Top 5 Family-Friendly Restaurants in Tokyo

In Tokyo, it can be quite challenging to find restaurants that accommodate families. Here’s a list of the Top 5 family-friendly restaurants in Tokyo.

January 15, 2020

In a bustling city like Tokyo, it can be quite a challenge to find restaurants that accommodate families. Venues are usually either small in size or packed with people making it hard for those with children to dine out. Fortunately, I have successfully found and compiled a list of the top 5 family-friendly restaurants in Tokyo. All 5 of the restaurants I’ve listed below are chain restaurants meaning their branches are located all over Tokyo, making it easily accessible. 

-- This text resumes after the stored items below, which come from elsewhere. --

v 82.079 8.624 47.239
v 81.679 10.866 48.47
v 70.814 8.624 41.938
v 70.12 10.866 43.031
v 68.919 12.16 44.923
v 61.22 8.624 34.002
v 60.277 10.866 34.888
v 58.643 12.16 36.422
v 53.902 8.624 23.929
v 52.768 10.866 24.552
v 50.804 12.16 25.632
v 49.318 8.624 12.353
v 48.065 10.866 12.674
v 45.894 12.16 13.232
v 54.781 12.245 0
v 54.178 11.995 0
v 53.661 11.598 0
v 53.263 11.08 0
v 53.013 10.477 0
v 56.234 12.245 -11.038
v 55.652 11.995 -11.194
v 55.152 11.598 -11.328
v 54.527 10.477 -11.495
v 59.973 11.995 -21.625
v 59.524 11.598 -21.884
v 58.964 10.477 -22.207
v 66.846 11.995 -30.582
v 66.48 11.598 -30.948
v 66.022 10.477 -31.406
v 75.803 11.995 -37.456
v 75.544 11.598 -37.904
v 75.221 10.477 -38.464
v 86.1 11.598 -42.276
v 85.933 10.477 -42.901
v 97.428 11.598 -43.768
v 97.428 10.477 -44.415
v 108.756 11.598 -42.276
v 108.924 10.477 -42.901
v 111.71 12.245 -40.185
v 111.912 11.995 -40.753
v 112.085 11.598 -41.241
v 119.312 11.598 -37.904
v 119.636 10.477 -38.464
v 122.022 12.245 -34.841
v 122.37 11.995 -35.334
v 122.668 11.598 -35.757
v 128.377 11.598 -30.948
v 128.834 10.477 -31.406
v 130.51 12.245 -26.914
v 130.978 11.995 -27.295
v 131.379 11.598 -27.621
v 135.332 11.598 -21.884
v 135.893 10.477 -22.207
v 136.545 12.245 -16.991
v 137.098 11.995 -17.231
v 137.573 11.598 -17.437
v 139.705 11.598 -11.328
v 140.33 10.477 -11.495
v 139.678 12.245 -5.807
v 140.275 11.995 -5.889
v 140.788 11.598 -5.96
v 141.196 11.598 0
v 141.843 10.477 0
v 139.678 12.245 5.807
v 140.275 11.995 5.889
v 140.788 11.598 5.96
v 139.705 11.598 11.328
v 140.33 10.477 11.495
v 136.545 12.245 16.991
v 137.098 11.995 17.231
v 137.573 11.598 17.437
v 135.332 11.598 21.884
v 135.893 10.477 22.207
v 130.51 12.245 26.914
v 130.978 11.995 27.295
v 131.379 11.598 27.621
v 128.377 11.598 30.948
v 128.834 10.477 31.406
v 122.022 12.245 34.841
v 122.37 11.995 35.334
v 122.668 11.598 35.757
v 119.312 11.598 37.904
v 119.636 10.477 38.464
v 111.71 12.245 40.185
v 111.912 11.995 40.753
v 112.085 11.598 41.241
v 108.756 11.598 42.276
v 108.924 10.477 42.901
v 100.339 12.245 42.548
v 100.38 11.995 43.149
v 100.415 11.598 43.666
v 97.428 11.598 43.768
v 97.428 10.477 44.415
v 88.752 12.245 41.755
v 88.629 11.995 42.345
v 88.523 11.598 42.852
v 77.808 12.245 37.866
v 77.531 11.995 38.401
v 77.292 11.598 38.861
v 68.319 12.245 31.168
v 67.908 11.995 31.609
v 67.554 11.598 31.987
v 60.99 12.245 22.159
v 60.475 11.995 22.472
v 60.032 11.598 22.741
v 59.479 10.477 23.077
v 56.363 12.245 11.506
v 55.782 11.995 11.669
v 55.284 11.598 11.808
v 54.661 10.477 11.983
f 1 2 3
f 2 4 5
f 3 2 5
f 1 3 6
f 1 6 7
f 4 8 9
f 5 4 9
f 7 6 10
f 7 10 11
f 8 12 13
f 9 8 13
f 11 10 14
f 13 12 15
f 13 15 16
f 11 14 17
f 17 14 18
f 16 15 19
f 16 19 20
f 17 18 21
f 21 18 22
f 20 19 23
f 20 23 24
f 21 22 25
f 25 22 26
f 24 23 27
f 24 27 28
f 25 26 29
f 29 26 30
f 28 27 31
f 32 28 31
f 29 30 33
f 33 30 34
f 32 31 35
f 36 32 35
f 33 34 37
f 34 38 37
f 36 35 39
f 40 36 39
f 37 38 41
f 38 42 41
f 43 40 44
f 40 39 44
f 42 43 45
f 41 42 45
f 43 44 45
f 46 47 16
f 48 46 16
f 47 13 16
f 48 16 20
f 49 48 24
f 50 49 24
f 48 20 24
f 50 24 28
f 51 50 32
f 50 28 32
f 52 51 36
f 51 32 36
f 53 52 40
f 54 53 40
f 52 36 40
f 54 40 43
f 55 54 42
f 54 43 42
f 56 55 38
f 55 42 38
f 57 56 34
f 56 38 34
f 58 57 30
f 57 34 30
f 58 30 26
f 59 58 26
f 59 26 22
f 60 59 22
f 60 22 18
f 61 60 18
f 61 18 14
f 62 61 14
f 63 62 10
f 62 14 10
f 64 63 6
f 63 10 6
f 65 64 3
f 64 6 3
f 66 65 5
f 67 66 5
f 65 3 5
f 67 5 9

Family restaurants (called fami-resu in Japanese) were restaurants originally known for being casual eating establishments suitable for families.  Over time, these establishments attracted other customers as well. They are usually spacious and have a variety of different meal options to cater to those with different tastes. Below are my Top 5 fami-resu in Tokyo.

1. Saizeriya (Shirokane Takanawa)


You shouldn’t have trouble finding a nearby Saizeriya since there are many locations all across Japan. In fact, after a recent trip to Shanghai, I discovered they even have branches in parts of China and Singapore. 

For families bringing children along, Saizeriya offers a kid’s menu for kids who are in elementary school or younger. Although the kid’s menu has a limited amount of options, parents can choose to order from the main menu and use the small plates available to share meals with their kids instead. Most branches also provide booster chairs for families with younger kids, so don’t hesitate to ask for one if needed.  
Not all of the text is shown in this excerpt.